Señor Gustavo Petro no me cansaré hasta que los medios de comunicación escuchen lo que estamos haciendo para darle paz a una familia.

jueves, 14 de marzo de 2013

Que empiece el exorcismo

La elección del papa solo demuestra que no se necesita mucho para ser la suma "autoridad" de la iglesia, porque no logro entender en mi anti catolicismo cómo llega a este cargo un hombre que fue testigo de la época más oscura de Argentina, lo más cómico es que hoy son los latinoamericanos quienes se sienten orgullosos de esta elección.

Quizás el afán por no ser considerados personas del tercer mundo, nos lleva a sentirnos orgullosos de cualquier nombramiento, sin pensar en quien es el personaje al que estamos admirando. 

Como si fuera poco, este personaje se ha referido al matrimonio gay como una "obra del diablo", lo más similar a una porquería andante; y si bien es cierto a la iglesia católica no se le puede pedir mucho sobre este tema, por lo menos no elogien a una personaje que puede llegar a ser capaz de devolvernos a escenarios arcaicos y retrógrados, realmente es risorio como expresamos orgullo y admiración por alguien que se ha encargado de atacar siempre lo aparentemente diferente.

Jamás he esperado que la iglesia cambie, esas instituciones no evolucionan, solo retroceden, lo he confirmado a través de los años, basta mirar las famosas cruzadas que emprendieron solo para demostrar que lo único válido era el amor a Cristo, y por ese mismo "puro" sentimiento mataron a miles de personas que eran "diferentes". 

Es decir, que si lo pensamos bien nada ha cambiado. Por supuesto, supongo que entre más avanza el tiempo la mojigatería reinará en los cielos, porque mientras unos van a las iglesias los domingos, rezan y aseguran ser mejores personas, otros lo hacen sin hablar ni mencionar lo "buenos" que pueden llegar a ser.

Aunque al decir verdad yo prefiero ser pasional, explorar mi sexualidad, gritar que soy libre y no dependiente de una religión que solo ata. A la final, yo entro en el concepto de mujer diferente al estereotipo, soy una mujer tatuada, grosera y anti católica.

Así que a todos los que se sienten orgullosos solo puedo decir lo siguiente:

1. Apoyo al matrimonio gay porque se ama a las personas por ser seres humanos, no por el sexo que tengan. 
2. Apoyo al aborto porque por enésima vez es MI cuerpo. YO decido. NO nadie más.
3. Apoyo a la mujer no solo por haber nacido mujer, sino por todas las luchas que ha emprendido para ser libre, libertad que le fue quitada desde el inicio de la historia, gracias a la misma iglesia católica.

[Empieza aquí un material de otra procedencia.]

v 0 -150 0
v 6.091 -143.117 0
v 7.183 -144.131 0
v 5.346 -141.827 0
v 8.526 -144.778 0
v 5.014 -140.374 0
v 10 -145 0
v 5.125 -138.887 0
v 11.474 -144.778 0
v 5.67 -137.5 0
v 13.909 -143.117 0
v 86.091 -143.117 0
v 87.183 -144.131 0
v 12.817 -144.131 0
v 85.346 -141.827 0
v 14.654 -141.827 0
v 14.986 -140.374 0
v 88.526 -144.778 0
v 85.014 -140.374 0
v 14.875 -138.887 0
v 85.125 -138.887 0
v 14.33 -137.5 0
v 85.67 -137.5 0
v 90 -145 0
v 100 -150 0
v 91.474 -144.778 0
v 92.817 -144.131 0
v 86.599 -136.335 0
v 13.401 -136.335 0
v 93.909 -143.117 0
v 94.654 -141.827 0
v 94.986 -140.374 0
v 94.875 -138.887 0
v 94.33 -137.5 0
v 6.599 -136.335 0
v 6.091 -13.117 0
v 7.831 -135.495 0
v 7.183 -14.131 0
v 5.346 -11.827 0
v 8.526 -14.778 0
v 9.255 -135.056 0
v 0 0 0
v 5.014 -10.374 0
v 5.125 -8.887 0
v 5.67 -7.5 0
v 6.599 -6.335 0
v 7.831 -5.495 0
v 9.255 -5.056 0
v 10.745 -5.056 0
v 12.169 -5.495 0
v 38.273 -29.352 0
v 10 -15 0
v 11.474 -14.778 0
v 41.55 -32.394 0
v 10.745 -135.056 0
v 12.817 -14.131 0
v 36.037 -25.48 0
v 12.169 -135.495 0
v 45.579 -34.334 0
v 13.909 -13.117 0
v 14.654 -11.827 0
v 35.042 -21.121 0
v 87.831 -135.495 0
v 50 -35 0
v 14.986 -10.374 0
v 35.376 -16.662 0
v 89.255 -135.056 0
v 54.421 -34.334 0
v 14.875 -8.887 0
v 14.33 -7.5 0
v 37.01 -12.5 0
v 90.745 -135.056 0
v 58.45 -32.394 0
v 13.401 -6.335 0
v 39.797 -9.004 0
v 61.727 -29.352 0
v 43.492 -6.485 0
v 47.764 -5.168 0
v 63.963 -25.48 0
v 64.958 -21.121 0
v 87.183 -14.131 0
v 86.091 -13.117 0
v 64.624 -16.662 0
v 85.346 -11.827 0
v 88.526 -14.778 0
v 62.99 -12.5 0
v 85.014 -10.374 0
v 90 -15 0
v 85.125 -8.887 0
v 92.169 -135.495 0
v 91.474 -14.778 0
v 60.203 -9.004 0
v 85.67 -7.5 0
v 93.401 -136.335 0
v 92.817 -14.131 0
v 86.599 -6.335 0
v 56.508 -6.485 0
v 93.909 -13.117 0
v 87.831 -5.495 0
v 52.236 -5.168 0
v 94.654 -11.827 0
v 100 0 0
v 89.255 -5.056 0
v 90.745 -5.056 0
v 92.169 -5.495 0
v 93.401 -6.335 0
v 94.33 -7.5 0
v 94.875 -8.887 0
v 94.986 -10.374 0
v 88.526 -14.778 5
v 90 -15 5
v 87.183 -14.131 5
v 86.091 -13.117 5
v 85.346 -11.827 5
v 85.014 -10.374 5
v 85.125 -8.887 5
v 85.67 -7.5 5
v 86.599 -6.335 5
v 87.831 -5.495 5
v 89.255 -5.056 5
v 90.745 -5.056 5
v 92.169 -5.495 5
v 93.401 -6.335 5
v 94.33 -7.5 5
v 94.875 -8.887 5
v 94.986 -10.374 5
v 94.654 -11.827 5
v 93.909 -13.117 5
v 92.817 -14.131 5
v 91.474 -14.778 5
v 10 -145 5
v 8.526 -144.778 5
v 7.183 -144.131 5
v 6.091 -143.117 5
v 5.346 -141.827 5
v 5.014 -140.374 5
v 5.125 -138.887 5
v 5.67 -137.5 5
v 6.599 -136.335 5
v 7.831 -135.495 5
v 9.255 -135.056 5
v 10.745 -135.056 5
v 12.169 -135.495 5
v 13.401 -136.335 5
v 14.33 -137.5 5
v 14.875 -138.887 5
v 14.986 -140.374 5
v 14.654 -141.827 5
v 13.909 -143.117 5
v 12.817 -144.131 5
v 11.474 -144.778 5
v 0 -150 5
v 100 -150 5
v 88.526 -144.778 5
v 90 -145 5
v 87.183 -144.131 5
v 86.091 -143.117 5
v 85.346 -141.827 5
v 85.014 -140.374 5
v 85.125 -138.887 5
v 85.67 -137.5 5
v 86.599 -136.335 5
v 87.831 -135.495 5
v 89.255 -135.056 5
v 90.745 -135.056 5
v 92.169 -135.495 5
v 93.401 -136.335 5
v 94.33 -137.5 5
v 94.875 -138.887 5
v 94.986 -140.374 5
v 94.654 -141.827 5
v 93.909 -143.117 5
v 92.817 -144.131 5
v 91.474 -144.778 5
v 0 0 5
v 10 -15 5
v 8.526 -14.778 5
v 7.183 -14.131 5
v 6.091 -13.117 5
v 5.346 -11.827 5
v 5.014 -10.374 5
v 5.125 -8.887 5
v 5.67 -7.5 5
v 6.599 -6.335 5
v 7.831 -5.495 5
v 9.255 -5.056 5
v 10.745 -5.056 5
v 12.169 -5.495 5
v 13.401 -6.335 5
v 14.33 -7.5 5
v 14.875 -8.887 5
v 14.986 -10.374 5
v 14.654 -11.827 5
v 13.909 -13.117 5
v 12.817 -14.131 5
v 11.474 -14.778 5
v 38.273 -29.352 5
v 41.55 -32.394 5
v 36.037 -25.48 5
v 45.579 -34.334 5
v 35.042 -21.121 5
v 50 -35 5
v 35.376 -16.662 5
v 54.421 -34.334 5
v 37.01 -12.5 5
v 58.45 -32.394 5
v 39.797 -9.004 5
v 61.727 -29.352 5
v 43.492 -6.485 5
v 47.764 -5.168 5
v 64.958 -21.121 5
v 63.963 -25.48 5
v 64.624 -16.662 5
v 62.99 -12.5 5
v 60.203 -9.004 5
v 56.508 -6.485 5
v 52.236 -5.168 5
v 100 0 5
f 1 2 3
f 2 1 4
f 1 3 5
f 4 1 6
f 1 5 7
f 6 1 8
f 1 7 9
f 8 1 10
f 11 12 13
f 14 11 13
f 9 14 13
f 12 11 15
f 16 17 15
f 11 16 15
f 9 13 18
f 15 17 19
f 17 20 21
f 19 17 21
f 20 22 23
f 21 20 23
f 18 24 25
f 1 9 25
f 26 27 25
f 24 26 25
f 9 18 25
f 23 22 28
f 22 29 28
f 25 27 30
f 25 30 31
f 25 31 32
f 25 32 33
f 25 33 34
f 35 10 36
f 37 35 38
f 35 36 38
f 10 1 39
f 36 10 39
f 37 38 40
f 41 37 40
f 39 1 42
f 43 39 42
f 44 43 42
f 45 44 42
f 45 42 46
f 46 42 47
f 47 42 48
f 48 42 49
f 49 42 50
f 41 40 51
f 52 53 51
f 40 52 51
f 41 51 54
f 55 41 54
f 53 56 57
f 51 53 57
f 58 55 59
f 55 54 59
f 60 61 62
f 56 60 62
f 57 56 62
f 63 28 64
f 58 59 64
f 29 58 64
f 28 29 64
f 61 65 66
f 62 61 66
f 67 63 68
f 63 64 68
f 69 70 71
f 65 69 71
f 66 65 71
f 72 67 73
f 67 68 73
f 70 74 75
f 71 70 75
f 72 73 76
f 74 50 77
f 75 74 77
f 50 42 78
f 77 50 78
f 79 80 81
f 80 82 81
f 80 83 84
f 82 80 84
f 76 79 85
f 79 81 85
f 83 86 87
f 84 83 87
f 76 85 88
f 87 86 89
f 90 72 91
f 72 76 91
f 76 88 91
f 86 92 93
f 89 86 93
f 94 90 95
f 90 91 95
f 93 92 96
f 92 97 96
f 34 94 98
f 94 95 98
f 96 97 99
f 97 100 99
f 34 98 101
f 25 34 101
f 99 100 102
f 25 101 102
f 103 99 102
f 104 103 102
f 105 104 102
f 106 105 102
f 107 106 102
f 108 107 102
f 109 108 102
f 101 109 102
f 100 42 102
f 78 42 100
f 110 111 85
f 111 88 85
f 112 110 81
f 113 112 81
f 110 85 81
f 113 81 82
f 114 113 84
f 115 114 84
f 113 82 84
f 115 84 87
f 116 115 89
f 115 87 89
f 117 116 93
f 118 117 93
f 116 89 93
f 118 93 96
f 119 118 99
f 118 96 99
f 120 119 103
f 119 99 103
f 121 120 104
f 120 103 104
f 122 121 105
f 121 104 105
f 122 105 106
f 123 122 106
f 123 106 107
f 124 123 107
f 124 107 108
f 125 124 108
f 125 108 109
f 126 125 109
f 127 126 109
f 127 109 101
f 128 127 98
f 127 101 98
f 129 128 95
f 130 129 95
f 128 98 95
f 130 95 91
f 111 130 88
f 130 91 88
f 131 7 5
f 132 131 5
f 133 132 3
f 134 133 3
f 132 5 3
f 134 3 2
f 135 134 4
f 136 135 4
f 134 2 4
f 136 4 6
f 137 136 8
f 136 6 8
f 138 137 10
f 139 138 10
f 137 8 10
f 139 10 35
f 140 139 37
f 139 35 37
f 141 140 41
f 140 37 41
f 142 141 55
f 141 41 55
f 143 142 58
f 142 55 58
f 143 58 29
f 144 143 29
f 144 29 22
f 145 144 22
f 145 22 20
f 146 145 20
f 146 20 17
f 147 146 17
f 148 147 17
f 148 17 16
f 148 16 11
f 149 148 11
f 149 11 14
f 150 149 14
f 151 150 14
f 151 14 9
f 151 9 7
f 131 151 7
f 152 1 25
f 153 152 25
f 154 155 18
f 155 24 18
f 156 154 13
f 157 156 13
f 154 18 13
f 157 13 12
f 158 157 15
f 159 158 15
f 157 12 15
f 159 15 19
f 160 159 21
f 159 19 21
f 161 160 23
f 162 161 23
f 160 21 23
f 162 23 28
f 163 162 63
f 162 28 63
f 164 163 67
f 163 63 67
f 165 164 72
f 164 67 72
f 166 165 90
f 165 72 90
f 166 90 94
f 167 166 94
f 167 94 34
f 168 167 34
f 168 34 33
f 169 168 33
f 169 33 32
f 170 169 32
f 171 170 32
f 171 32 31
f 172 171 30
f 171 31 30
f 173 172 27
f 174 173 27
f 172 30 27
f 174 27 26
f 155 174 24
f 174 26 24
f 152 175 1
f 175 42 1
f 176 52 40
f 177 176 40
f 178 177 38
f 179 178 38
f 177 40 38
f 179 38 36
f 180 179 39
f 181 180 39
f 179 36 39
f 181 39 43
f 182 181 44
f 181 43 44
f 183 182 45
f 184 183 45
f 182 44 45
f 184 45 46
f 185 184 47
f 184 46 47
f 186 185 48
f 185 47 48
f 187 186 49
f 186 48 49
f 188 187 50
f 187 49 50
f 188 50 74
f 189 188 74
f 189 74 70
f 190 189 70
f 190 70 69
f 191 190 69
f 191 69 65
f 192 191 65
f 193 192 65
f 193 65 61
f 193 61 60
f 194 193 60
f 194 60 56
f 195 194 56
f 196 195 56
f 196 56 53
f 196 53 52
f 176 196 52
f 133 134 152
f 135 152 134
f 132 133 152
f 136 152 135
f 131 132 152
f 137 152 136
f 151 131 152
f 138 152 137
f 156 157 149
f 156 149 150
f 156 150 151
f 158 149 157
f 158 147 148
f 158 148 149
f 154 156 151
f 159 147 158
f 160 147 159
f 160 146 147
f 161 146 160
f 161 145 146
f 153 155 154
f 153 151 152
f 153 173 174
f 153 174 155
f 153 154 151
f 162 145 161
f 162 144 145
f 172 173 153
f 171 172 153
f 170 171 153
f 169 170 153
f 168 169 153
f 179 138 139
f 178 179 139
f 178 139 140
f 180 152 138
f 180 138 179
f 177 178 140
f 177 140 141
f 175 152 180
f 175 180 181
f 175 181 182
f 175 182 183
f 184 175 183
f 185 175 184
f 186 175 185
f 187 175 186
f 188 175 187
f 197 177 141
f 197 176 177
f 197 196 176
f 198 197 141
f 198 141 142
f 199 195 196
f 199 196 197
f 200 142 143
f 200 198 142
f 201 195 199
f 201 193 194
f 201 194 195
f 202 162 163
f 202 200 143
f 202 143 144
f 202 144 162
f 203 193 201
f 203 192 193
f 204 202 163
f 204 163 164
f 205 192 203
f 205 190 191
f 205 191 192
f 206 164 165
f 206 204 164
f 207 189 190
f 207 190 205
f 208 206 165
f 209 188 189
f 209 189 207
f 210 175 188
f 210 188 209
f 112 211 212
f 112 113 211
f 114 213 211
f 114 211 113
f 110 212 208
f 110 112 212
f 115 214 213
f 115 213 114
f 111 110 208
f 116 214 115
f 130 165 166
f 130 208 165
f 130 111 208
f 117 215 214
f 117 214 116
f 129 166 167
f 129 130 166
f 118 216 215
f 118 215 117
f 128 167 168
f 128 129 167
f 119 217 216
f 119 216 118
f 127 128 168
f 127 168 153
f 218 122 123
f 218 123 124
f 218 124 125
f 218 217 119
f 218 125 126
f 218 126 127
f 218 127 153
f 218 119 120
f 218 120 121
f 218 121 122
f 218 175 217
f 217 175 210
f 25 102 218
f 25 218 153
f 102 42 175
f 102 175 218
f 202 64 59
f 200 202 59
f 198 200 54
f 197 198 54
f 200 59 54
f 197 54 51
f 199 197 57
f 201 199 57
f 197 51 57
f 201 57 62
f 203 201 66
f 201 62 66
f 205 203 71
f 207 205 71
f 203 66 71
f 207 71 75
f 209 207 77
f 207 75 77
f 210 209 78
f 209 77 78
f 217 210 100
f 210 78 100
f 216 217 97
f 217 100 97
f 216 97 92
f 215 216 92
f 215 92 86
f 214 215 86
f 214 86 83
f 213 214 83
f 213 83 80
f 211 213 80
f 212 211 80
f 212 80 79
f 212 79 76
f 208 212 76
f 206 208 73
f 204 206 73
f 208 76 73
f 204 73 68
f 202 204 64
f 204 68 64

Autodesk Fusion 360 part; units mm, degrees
sketch "Sketch1" plane through (0, 0, 0) normal (0, 0, 1) x (1, 0, 0)
  line L0 (0, 0) -> (100, 0)
  line L1 (100, 0) -> (100, -150)
  line L2 (0, 0) -> (0, -150)
  line L3 (0, -150) -> (100, -150)
  dimension "d1" = 100
  dimension "d2" = 150
extrude "Extrude1" add sketch "Sketch1" along normal blind 5
hole "Hole1" at (10, -10, 5) direction (0, 0, -1) diameter 10 depth 5 tip angle 180
hole "Hole2" at (90, -10, 5) direction (0, 0, -1) diameter 10 depth 5 tip angle 180
hole "Hole3" at (10, -140, 5) direction (0, 0, -1) diameter 10 depth 5 tip angle 180
hole "Hole4" at (90, -140, 5) direction (0, 0, -1) diameter 10 depth 5 tip angle 180
hole "Hole5" at (50, -20, 5) direction (0, 0, -1) diameter 30 depth 5 tip angle 180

Si esto me hace diabólica, pues que empiece el exorcismo.

domingo, 20 de enero de 2013

Los gritos me salvaron

Tuve que esperar varias horas para poder escribir este post sobre una situación que tuve que vivir anoche, me negaba a hablar pero recordé que una de las razones por las cuales hice este Blog era para poder compartir experiencias, así que me decidí a hacerlo.

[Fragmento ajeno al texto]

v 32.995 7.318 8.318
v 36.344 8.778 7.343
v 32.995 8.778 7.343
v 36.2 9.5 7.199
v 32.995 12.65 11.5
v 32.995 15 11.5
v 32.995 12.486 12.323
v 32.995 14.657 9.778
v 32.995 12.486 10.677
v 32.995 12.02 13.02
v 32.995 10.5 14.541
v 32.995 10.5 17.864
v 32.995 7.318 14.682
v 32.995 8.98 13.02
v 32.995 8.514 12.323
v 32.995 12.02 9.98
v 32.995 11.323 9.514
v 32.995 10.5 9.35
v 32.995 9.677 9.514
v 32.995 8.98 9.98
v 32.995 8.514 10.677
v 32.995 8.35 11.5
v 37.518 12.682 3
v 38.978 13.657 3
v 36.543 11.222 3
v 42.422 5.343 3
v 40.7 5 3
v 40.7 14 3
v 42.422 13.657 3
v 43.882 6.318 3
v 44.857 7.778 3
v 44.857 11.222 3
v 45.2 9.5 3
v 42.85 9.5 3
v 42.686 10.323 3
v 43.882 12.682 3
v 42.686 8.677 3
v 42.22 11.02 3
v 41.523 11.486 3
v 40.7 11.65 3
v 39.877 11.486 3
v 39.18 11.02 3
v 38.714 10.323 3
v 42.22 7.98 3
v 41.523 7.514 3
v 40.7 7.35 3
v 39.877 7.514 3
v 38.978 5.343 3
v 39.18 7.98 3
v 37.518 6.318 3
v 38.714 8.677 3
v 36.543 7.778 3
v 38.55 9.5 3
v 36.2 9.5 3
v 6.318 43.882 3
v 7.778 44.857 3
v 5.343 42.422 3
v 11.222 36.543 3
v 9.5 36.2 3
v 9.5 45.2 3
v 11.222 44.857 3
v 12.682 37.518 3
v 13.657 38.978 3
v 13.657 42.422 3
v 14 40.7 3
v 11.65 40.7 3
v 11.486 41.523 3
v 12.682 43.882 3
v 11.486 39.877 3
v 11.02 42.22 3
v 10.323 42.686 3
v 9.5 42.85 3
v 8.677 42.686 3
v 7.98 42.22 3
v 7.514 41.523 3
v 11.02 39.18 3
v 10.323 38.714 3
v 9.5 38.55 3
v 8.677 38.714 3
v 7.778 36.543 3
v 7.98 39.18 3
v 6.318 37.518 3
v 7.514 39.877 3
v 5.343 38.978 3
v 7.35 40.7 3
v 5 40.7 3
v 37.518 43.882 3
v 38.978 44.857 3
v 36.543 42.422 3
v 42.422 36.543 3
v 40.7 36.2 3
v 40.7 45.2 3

Pues bien, ayer a eso de las 8 p.m. luego de volver con mi padre de una reunión familiar, quise salir con él a tomar algo en el barrio Galerías de la ciudad de Bogotá, para llegar allá decidí irme a pie (siempre lo hacía) y empezamos a caminar por los alrededores de la Clínica Palermo, sector donde vivo. De pronto, sentí a mi padre intranquilo pero la verdad no me fijé, la razón era simple estaba dando 'papaya' hablando por celular y luego chateando.

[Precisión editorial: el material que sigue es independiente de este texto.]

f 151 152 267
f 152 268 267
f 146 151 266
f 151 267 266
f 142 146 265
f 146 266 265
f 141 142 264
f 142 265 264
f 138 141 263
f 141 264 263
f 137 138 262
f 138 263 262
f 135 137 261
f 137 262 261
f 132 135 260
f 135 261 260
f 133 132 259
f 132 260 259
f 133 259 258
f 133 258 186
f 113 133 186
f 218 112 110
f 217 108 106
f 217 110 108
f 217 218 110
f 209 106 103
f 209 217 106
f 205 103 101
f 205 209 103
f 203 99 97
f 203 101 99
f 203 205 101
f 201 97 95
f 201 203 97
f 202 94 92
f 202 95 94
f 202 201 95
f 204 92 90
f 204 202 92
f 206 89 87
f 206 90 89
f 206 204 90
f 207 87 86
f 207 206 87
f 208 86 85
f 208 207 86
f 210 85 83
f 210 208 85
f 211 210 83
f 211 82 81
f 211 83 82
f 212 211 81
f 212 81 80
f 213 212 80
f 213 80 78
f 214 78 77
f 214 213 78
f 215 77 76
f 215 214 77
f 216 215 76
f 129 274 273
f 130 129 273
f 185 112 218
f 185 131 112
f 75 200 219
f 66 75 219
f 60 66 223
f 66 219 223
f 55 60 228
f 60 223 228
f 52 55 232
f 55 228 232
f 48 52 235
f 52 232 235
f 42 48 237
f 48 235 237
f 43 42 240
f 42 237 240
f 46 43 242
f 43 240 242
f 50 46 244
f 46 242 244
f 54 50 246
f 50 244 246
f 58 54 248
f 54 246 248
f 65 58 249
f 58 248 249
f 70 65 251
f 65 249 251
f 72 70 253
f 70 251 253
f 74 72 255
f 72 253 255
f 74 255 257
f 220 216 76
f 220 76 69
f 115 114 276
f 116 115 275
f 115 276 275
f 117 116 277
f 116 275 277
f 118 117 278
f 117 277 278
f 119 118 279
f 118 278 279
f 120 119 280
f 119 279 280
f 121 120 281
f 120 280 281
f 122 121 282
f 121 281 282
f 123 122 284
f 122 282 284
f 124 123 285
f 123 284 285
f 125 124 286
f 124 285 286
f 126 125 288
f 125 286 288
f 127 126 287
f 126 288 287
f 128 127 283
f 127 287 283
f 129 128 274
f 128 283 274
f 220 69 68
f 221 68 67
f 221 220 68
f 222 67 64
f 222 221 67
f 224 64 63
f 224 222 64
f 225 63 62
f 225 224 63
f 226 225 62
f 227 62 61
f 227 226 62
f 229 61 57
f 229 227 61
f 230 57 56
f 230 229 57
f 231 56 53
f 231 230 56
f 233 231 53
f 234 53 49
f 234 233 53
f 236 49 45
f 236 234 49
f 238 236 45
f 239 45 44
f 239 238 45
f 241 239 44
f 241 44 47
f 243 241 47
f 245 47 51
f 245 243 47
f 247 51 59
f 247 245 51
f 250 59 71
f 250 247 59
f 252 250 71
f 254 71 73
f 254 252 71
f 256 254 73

Cuando de repente en una esquina, como dos cuadras antes de la 24 con 46, salieron dos tipos en una moto e inmediatamente lo sentí, algo iba a pasar, uno de ellos se bajó y fue directamente a mi, lo único que mis oídos escucharon fue: "Quietos YA y pase el...." el resto son solo fragmentos de palabras cortadas, por unos segundos miré a mi papá cómo si le preguntara que íbamos a hacer, pero realmente lo único que tenía claro es que mi iPhone no me lo iba a dejar quitar, suficiente esfuerzo me había costado obtenerlo.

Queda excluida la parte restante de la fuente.